Protexo met à disposition toute son expertise en proposant des programmes de réparations adaptés, précis et réalistes.
Le constat des dégradations est alors aisément chiffrable et vous permet de programmer la remise en état nécessaire à la remise en location du bien et d’imputer la part locative sur le dépôt de garantie du contrat de bail du locataire sortant.

Notre société spécialisée réalise donc l’état des lieux de sortie du bien et définit le chiffrage des réparations locatives après l’avoir comparé à l’état des lieux d’entrée.

Nos services établissent un chiffrage des retenues locatives et traduisent financièrement les défauts d’entretien du logement ou les dégradations constatées dont est redevable le locataire. À l’issue de l’état des lieux de sortie, à réception de notre rapport, vous pouvez donc déduire directement ce chiffrage du dépôt de garantie du locataire.
Notre chiffrage est réalisé en fonction de grilles de vétusté.
Nous apportons, en conséquence, l’assurance d’un chiffrage impartial et exhaustif réalisé dans le respect des textes en vigueur.

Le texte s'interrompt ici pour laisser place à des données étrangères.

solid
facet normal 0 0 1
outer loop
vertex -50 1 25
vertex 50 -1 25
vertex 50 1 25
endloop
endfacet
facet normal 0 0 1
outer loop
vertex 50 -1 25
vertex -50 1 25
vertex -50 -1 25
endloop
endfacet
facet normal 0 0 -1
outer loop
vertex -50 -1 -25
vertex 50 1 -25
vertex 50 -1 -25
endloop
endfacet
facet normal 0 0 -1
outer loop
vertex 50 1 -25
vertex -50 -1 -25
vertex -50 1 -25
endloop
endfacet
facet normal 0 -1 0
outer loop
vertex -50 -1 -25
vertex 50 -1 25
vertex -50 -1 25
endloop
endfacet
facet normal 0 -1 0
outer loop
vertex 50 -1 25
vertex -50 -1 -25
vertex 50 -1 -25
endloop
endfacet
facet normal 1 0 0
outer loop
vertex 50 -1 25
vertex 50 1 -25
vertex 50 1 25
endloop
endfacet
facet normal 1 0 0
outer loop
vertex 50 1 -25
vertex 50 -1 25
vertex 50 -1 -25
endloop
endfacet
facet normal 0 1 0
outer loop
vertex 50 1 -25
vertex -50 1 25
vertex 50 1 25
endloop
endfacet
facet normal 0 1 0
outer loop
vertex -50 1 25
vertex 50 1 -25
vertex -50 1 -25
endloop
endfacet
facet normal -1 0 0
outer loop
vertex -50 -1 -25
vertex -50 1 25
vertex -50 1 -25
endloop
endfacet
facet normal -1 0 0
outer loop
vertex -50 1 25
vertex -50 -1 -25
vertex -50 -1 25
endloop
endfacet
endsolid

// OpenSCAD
// Sheet mild steel (geometry only) - single connected solid

length = 100;   // mm
width  = 50;    // mm
thickness = 2;  // mm

// Ensure the sheet is visible in orthographic views by orienting thickness along Y
module sheet_plate(l, w, t) {
    cube([l, t, w], center=true);
}

sheet_plate(length, width, thickness);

Ainsi , en référence à l’Article 7 de la loi du 6 juillet 1989, la vétusté s’entend de l’usure normale liée à l’utilisation de la chose louée : elle est à la charge du bailleur. Il en est de même pour les réparations occasionnées par malfaçon, vice de construction ou de fabrication, cas fortuite ou de force majeur.

À contrario, les dégradations, qui sont des détériorations consécutives à une utilisation anormale des équipements et des éléments du logement, par le locataire, sont à sa seule charge, à moins qu’il ne prouve qu’elles ont eu lieu par cas de force majeur, par la faute du bailleur ou par le fait d’un tiers qu’il n’a pas introduit dans le logement.
Reste également à la charge du locataire :
- Les réparations ayant le caractère de réparations locatives, tel que précisé dans le décret 87-712 du 26 aout 1987.
- La totalité de la remise des lieux en l’état initial lorsque ceux-ci ont subit des transformations, sans l’accord écrit du bailleur
- La totalité des dépenses consécutives à un défaut d’hygiène ou le débarras des lieux loués.

Application des abattements pour vétusté en cas de dégradation
En cas de dégradation par le locataire sortant, pendant la durée d’occupation, les abattements pour vétusté sont applicables aux divers éléments de la chose louée.
Les abattements pour vétusté sont calculés en fonction de l’âge des éléments considérés et par référence à une durée de vie théorique figurant dans la grille de vétusté.

Franchise
Pendant les premières années d’utilisation normale à compter de l’état des lieux d’entrée ou de leur utilisation, les équipements ne doivent pas subir de détériorations. Il est donc prévu une période de franchise pendant laquelle il n’est pas appliqué d’abattement pour vétusté.